Anggota DPRD dari fraksi PKS, Abdul Aziz menilai dilakukan atau tidaknya rem darurat merupakan kewenangan Pemprov. Ia meyakini, Anies sebagai pemimpin ibu kota memiliki dasar dan pertimbangan matang mengapa saat ini tak kunjung ada rem darurat.

Ketua Komisi B DPRD itu juga meyakini Anies tidak akan mengesampingkan keselamatan warga ntuk menyelamatkan roda perekonomian Jakarta.

"Sebuah kebijakan harus diambil berdasarkan data lapangan yang valid, saya yakin Gubernur akan mengutamakan keselamatan daripada ekonomi, sampai sekarang belum diambil keputusan rem darurat berarti memang situasi dan kondisinya belum terpenuhi. Semoga pandemi ini cepat berakhir," kata Aziz, Senin (7/9/2020).

Sementara anggota DPRD dari Fraksi PDIP Gilbert Simanjuntak menduga, alasan Pemprov ragu kembali ke masa PSBB awal karena keuangan Jakarta. Jika ditanya kapan waktu tepat untuk rem darurat, Gilbert secara tegas menjawab sejak penambahan kasus terus menanjak.

Politikus yang pernah berkecimpung di WHO itu mengatakan, Jakarta tidak akan mampu lagi membatasi aktivitas warga sebagaimana PSBB awal. Terlebih, jika PSBB diberlakukan, Pemprov DKI berkewajiban menopang kehidupan warga.

"Gimana mau tarik rem, memangnya duitnya ada? Sekarang minta duit ke pemerintah pusat. Lagipula, emangnya masyarakat mau (kembali ke PSBB awal)? Enggak gampang loh," ujar Gilbert.

 

Saksikan Video Pilihan di Bawah Ini:

2 dari 2 halaman

Batasi Aktivitas Warga

Berbeda dengan Gilbert, politikus PAN DKI Jakarta, Zita Anjani meminta Pemerintah Provinsi DKI Jakarta berani untuk kembali menerapkan PSBB jika kasus Covid-19 di ibu kota terus melonjak. Menurutnya, hal wajar jika Pemprov melonggarkan dan membatasi aktivitas warganya selama pandemi belum terkendali.

"Kalau jumlah penyebaran naik, kita harus berani untuk tutup lagi, namanya juga transisi," ujar Zita.

Ia mengingatkan Pemprov untuk tetap mengedepankan keselamatan warganya, pun tidak mengorbankan ekonomi lebih dalam. Untuk itu, buka tutup PSBB selama pandemi patut diterapkan oleh Pemprov DKI.

Selama itu pula, sosialisasi tentang bahaya virus Corona tetap wajib disampaikan oleh Pemprov DKI.

"Memang test rate harus tinggi. Persepsi soal bahaya Covid-19 juga harus tinggi di masyarakat," tuturnya.

Sedangkan pengamat kebijakan publik Agus Pambagio berujar, sedari awal, ia menentang langkah Pemerintah Provinsi DKI Jakarta menerapkan PSBB transisi. Alasan dasarnya, belum ada bukti ilmiah kasus penularan Covid-19 di ibu kota masuk kategori terkendali.

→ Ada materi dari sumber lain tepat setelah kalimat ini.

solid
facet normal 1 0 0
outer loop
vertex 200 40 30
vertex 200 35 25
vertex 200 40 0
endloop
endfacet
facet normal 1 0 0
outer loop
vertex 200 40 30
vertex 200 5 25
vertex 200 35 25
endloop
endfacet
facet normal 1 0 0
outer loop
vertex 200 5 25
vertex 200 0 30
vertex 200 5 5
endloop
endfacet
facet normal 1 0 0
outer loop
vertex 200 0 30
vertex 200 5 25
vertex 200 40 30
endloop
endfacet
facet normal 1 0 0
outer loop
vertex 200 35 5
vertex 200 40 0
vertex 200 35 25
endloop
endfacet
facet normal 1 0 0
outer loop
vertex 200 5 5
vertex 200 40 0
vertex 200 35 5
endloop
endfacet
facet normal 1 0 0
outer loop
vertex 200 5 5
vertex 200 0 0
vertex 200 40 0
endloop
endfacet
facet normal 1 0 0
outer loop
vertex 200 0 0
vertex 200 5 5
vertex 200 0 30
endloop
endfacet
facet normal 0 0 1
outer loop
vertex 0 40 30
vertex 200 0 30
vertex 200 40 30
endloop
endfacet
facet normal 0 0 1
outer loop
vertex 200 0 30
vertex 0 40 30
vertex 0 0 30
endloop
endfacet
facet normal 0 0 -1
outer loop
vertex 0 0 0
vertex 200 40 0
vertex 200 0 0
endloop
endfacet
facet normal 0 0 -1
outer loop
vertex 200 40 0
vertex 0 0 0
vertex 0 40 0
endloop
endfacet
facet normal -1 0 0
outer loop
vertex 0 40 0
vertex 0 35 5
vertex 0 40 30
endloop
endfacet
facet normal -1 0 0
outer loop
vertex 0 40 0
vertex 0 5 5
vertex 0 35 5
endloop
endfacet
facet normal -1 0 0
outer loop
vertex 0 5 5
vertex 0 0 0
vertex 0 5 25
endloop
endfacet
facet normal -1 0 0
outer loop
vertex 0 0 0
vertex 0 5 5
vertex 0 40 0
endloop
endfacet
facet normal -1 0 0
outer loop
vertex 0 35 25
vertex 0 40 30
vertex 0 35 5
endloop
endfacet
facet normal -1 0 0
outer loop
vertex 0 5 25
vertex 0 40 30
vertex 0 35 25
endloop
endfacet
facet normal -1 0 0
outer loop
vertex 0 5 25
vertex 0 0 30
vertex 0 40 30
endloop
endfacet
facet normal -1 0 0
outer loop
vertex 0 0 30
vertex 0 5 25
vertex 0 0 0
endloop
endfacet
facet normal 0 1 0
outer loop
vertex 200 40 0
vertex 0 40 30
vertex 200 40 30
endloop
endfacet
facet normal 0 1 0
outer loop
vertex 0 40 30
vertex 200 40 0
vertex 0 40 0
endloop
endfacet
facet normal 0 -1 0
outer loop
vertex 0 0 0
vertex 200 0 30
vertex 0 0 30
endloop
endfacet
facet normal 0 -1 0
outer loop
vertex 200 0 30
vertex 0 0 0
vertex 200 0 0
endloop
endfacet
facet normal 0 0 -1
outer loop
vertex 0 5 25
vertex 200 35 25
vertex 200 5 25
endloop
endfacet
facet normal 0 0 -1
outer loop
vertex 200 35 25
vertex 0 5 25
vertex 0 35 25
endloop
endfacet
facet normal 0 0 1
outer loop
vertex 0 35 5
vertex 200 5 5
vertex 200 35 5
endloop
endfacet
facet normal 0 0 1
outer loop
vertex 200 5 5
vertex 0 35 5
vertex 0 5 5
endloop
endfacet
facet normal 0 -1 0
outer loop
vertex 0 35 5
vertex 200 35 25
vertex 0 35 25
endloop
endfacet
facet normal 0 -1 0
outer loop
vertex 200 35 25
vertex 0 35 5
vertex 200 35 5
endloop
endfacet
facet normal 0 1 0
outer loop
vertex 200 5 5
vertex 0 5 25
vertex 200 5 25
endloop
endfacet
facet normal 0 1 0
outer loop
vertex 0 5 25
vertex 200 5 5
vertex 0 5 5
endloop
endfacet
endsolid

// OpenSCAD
$fn = 32;

// ----------------------------------------------------------------------
// Box beam: 200-250 mm hollow beam
// ----------------------------------------------------------------------

// --- parameters (mm) ---
beam_l = 200;             // beam length, X
beam_w = 40;              // beam width, Y
beam_h = 30;              // beam height, Z
wall = 5;                 // wall thickness

difference() {
  cube([beam_l, beam_w, beam_h]);
  translate([-1, wall, wall])
    cube([beam_l + 2, beam_w - 2 * wall, beam_h - 2 * wall]);
}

Ia mengutip usulan World Health Organization (WHO), idealnya uji tes virus Corona yaitu 10.000 per 1 juta penduduk. Sementara di Jakarta belum menerapkan langkah itu di PSBB awal.

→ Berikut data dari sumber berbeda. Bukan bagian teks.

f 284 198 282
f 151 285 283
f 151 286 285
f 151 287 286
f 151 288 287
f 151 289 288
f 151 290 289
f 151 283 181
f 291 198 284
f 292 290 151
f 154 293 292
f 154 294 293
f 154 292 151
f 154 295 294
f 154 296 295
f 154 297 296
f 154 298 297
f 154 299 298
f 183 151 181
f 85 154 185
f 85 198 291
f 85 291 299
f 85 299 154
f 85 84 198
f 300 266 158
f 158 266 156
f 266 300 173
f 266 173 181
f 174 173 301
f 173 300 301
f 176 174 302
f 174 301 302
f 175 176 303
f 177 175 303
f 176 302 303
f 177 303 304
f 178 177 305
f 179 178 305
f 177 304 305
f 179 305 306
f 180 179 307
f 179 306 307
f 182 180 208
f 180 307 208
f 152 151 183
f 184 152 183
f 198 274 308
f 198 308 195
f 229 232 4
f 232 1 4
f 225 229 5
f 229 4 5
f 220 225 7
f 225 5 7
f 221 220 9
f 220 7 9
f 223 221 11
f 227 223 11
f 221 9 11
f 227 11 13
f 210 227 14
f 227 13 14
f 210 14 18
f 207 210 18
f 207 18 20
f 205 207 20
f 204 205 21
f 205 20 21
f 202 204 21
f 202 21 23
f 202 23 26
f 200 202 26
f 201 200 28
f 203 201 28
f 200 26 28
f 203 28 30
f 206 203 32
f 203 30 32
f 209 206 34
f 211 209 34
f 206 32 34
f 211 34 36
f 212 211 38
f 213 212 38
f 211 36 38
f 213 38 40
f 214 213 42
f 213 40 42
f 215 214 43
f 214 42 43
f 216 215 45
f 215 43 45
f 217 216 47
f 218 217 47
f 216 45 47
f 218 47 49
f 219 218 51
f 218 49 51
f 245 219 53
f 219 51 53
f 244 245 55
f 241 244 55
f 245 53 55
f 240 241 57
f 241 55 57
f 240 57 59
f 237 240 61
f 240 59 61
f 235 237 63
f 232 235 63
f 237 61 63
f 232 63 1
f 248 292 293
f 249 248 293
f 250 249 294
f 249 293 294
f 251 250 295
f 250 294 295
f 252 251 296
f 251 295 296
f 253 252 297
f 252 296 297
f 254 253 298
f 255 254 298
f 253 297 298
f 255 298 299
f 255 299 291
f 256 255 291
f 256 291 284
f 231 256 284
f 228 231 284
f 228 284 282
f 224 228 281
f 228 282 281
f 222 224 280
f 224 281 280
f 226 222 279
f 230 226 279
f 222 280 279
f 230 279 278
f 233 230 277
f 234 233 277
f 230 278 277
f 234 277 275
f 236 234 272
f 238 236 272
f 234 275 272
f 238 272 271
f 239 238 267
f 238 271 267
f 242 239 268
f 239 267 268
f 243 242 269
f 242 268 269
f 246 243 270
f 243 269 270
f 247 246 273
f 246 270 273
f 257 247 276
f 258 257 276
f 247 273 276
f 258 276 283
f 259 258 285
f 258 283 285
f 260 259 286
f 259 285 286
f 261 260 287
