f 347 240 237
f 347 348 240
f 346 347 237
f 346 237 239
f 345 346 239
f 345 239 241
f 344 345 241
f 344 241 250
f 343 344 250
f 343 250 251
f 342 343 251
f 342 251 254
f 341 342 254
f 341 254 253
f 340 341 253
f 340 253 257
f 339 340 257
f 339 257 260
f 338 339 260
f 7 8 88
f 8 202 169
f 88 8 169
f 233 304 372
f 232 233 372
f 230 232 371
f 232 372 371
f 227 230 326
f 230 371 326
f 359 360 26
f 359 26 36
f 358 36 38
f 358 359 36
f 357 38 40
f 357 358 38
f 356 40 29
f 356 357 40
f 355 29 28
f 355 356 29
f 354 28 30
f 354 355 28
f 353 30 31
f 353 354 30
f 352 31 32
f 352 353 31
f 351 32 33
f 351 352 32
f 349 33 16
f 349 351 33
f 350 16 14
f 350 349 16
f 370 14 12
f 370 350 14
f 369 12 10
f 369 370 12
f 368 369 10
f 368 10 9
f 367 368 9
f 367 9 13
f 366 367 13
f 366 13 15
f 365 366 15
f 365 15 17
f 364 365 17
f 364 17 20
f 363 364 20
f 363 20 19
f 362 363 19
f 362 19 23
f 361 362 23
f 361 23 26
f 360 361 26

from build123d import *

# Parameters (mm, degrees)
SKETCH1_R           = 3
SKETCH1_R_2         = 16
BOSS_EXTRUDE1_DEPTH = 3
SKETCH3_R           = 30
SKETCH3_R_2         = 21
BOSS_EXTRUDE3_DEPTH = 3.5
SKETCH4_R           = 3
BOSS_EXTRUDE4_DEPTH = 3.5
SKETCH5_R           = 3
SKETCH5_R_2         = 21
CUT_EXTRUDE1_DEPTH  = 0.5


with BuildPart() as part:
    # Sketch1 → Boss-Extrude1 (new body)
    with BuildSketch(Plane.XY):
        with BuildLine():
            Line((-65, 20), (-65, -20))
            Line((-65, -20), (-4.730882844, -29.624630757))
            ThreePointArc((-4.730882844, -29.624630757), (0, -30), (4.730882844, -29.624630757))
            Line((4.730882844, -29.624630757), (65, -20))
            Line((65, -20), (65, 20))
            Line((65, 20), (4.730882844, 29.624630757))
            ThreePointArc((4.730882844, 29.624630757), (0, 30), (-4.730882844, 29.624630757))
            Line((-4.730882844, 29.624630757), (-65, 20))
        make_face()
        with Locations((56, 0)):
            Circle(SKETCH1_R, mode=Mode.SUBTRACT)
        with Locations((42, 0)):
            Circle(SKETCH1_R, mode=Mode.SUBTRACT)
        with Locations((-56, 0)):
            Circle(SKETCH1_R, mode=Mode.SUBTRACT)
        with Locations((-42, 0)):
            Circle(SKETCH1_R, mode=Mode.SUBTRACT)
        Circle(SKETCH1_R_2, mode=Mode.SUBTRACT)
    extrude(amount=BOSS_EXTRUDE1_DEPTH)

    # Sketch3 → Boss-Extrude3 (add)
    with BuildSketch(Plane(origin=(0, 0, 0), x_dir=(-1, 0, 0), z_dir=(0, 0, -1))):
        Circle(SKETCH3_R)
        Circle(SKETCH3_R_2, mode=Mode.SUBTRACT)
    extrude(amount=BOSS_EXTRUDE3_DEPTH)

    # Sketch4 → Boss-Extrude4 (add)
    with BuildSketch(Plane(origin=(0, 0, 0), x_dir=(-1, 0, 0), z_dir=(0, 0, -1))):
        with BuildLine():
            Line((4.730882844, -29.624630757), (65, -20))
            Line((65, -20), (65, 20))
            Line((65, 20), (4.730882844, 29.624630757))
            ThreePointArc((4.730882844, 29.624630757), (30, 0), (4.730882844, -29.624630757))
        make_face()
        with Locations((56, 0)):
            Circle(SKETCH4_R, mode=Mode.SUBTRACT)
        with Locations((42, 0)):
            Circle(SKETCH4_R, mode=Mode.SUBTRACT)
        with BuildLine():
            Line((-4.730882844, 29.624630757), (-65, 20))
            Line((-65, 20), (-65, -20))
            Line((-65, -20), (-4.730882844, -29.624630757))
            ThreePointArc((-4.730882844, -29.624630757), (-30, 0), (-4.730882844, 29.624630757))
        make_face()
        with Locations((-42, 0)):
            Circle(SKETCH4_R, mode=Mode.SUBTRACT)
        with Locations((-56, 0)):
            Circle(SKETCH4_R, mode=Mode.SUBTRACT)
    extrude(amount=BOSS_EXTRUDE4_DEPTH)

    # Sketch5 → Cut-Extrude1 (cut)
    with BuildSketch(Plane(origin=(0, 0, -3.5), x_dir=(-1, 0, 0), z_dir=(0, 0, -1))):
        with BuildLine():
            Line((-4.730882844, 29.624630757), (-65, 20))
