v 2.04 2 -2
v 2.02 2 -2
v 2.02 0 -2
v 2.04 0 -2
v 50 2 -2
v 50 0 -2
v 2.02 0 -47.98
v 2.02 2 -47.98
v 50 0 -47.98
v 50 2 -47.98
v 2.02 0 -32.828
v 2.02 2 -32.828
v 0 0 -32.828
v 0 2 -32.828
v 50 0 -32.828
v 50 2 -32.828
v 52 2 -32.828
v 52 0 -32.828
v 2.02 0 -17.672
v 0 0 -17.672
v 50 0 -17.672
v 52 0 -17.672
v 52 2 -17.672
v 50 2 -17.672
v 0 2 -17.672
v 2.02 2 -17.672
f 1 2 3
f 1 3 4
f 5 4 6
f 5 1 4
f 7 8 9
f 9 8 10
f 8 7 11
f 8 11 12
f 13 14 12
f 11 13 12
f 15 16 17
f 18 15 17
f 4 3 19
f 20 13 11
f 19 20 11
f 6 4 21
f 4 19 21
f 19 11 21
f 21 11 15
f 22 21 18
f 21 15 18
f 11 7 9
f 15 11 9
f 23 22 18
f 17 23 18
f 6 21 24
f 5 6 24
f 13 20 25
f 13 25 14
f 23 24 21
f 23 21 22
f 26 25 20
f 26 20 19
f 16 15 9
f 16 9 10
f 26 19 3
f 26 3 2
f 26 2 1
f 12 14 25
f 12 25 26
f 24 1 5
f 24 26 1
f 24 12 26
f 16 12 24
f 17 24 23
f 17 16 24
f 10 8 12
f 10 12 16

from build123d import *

# Parameters (mm, degrees)
ESQUISSE1_W              = 52
ESQUISSE1_H              = 50
BOSS_EXTRU_1_DEPTH       = 2
EMPREINTE1_START         = -50
EMPREINTE1_OUTLINE_W     = 2.02
EMPREINTE1_OUTLINE_H     = 2
EMPREINTE1_OUTLINE_W_2   = 49.9598
EMPREINTE1_DEPTH         = 2.02
EMPREINTE1_START_2       = -2
EMPREINTE1_2_OUTLINE_W   = 2.02
EMPREINTE1_2_OUTLINE_H   = 2
EMPREINTE1_2_OUTLINE_W_2 = 49.9598
EMPREINTE1_2_DEPTH       = 2
EMPREINTE1_START_3       = -17.67235879
EMPREINTE1_3_OUTLINE_W   = 2.02
EMPREINTE1_3_OUTLINE_H   = 2
EMPREINTE1_3_OUTLINE_W_2 = 2
EMPREINTE1_3_DEPTH       = 15.67235879
EMPREINTE1_START_4       = -47.98
EMPREINTE1_4_OUTLINE_W   = 2.02
EMPREINTE1_4_OUTLINE_H   = 2
EMPREINTE1_4_OUTLINE_W_2 = 2
EMPREINTE1_4_DEPTH       = 15.15235879
ESQUISSE2_W              = 9.61940452
ESQUISSE2_H              = 3.700848348
ESQUISSE2_W_2            = 14.786584651
ESQUISSE2_H_2            = 4.070824207
ENL_V_MAT_EXTRU_1_DEPTH  = 2


# Read off the part's stored shape, not the designer's step: Empreinte1
with BuildPart() as part:
    # Esquisse1 → Boss.-Extru.1 (new body)
    with BuildSketch(Plane(origin=(0, 0, 0), x_dir=(1, 0, 0), z_dir=(0, 1, 0))):
        with Locations((26, 25)):
            Rectangle(ESQUISSE1_W, ESQUISSE1_H)
    extrude(amount=BOSS_EXTRU_1_DEPTH)

    # Empreinte1 outline → Empreinte1 (cut)
    with BuildSketch(Plane.XY.offset(EMPREINTE1_START)):
        with Locations((1.01, 1)):
            Rectangle(EMPREINTE1_OUTLINE_W, EMPREINTE1_OUTLINE_H)
        with Locations((27.0201, 1)):
            Rectangle(EMPREINTE1_OUTLINE_W_2, EMPREINTE1_OUTLINE_H)
    extrude(amount=EMPREINTE1_DEPTH, mode=Mode.SUBTRACT)

    # Empreinte1 2 outline → Empreinte1 2 (cut)
    with BuildSketch(Plane.XY.offset(EMPREINTE1_START_2)):
        with Locations((1.01, 1)):
            Rectangle(EMPREINTE1_2_OUTLINE_W, EMPREINTE1_2_OUTLINE_H)
        with Locations((27.0201, 1)):
            Rectangle(EMPREINTE1_2_OUTLINE_W_2, EMPREINTE1_2_OUTLINE_H)
    extrude(amount=EMPREINTE1_2_DEPTH, mode=Mode.SUBTRACT)

    # Empreinte1 3 outline → Empreinte1 3 (cut)
    with BuildSketch(Plane.XY.offset(EMPREINTE1_START_3)):
        with Locations((1.01, 1)):
            Rectangle(EMPREINTE1_3_OUTLINE_W, EMPREINTE1_3_OUTLINE_H)
        with Locations((51, 1)):
            Rectangle(EMPREINTE1_3_OUTLINE_W_2, EMPREINTE1_3_OUTLINE_H)
    extrude(amount=EMPREINTE1_3_DEPTH, mode=Mode.SUBTRACT)

    # Empreinte1 4 outline → Empreinte1 4 (cut)
    with BuildSketch(Plane.XY.offset(EMPREINTE1_START_4)):
        with Locations((1.01, 1)):
            Rectangle(EMPREINTE1_4_OUTLINE_W, EMPREINTE1_4_OUTLINE_H)
        with Locations((51, 1)):
            Rectangle(EMPREINTE1_4_OUTLINE_W_2, EMPREINTE1_4_OUTLINE_H)
    extrude(amount=EMPREINTE1_4_DEPTH, mode=Mode.SUBTRACT)

    # Esquisse2 → Enlèv. mat.-Extru.1 (cut)
    with BuildSketch(Plane(origin=(0, 2, 0), x_dir=(1, 0, 0), z_dir=(0, 1, 0))):
        with Locations((1.626508817, 49.830424174)):
            Rectangle(ESQUISSE2_W, ESQUISSE2_H)
        with Locations((5.120042554, -0.035412104)):
            Rectangle(ESQUISSE2_W_2, ESQUISSE2_H_2)
    extrude(amount=-ENL_V_MAT_EXTRU_1_DEPTH, mode=Mode.SUBTRACT)


solid = part.part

"Ya kan saya sejak awal enggak setuju PSBB itu diubah karena kan tidak ada catatan scientific evidence karena ini kasus kesehatan yang mengatakan bahwa kita sudah turun kan belum 10.000 per satu juta waktu itu diuji, jadi itu masih akan tumbuh kenapa diubah transisi? Ya terserah, katanya urusannya ekonomi, kalau begini kan dua-duanya hancur," ujar Agus.

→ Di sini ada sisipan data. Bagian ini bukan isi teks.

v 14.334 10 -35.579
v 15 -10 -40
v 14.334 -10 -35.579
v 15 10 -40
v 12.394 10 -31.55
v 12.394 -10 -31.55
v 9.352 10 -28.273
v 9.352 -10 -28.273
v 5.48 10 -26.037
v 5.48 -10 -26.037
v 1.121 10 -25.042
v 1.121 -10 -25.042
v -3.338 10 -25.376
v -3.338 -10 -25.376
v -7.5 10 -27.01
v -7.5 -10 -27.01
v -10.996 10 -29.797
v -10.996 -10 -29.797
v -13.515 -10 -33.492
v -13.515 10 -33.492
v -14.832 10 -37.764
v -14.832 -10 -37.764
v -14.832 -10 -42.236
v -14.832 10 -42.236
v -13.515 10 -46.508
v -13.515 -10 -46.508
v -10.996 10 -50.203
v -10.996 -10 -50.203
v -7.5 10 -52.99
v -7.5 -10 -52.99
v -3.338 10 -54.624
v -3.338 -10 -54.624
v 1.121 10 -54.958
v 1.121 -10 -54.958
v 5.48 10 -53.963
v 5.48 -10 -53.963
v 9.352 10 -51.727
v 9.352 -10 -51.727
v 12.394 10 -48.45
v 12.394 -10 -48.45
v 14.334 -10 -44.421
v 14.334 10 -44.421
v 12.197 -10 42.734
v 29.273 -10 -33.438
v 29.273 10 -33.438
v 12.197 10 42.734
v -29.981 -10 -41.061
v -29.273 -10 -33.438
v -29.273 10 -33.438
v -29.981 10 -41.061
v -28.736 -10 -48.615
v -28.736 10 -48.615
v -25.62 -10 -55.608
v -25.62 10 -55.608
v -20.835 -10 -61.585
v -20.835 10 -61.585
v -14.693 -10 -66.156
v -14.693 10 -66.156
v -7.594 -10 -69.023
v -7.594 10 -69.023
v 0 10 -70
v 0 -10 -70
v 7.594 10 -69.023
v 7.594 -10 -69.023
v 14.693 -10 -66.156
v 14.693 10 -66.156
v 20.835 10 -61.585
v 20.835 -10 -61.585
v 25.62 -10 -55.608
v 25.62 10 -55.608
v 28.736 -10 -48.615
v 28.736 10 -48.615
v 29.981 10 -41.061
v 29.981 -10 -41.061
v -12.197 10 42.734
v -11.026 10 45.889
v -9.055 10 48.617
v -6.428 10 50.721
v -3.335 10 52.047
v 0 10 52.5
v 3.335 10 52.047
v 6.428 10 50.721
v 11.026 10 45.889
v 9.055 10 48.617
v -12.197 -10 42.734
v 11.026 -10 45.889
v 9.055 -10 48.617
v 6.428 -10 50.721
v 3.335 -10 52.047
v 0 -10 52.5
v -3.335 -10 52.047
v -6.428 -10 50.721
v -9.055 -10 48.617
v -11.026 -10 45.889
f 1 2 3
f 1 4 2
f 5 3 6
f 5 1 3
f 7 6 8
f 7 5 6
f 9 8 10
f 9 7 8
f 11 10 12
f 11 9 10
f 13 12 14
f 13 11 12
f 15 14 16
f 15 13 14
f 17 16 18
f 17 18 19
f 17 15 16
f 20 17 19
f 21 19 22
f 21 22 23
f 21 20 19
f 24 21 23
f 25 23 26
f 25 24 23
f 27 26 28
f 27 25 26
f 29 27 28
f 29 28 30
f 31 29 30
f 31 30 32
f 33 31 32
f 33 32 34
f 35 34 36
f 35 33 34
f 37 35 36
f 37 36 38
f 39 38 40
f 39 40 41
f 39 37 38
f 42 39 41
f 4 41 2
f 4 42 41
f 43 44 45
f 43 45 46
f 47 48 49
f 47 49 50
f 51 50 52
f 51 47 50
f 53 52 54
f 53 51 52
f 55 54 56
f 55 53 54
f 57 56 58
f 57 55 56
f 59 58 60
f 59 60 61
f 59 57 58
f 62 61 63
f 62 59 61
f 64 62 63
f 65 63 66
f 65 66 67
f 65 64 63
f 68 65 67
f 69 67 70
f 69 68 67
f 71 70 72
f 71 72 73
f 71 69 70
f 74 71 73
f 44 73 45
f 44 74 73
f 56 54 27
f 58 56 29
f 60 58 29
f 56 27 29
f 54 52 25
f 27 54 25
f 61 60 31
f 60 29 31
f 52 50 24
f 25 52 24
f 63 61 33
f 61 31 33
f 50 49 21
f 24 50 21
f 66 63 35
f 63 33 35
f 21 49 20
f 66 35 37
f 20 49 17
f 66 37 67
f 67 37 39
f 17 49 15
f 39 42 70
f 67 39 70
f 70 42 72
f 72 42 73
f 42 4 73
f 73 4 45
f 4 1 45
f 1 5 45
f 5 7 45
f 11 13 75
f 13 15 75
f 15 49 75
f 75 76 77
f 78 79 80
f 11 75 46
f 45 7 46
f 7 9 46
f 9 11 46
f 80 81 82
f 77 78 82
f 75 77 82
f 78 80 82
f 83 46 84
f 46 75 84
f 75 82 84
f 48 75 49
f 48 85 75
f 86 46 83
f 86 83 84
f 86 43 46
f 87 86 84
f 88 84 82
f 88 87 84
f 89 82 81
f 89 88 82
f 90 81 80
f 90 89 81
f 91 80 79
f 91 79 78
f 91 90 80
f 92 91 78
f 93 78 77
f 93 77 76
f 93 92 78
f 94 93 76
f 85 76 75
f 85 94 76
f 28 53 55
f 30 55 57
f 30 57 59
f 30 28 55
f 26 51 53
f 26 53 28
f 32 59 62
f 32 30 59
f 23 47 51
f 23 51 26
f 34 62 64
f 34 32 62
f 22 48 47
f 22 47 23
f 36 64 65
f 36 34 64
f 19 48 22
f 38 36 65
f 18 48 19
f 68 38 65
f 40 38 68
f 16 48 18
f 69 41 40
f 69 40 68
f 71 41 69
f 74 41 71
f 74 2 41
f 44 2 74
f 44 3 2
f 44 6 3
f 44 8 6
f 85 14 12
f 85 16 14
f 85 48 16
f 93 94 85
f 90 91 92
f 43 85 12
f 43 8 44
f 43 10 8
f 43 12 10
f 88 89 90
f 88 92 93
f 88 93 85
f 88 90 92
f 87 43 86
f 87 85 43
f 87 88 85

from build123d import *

# Parameters (mm, degrees)
F0_R     = 15
F1_DEPTH = 10


with BuildPart() as f1:
    # F0 (on Front) → F1 (new body, symmetric)
    with BuildSketch(Plane.XZ):
        with BuildLine():
            Line((-12.197262, 42.734375), (-29.273428, -33.4375))
            ThreePointArc((-29.273428, -33.4375), (0, -70), (29.273428, -33.4375))
            Line((29.273428, -33.4375), (12.197262, 42.734375))
            ThreePointArc((12.197262, 42.734375), (0, 52.5), (-12.197262, 42.734375))
        make_face()
        with Locations((0, -40)):
            Circle(F0_R, mode=Mode.SUBTRACT)
    extrude(amount=F1_DEPTH, both=True)


solid = f1.part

Kritik pedas Agus tidak hanya soal jumlah tes kepada penduduk Jakarta, melainkan aturan Pemerintah Provinsi dan pemerintah pusat yang acap kali tumpang tindih. Belum lagi, implementasi sanksi yang tidak tegas.

Agus menuturkan, karakteristik masyarakat Indonesia cuek, sanksi bagi pelanggar PSBB pun dinilai tidak akan menimbulkan efek jera.

"Kita sangat lamban dan cuek, ingat ya masyarakat Indonesia itu tidak bisa tidak ditindak. Aturannya sudah dibikin, aturannya ambigu, saling tumpang tindih, terlalu banyak kecuali, ya enggak akan beres," kata dia.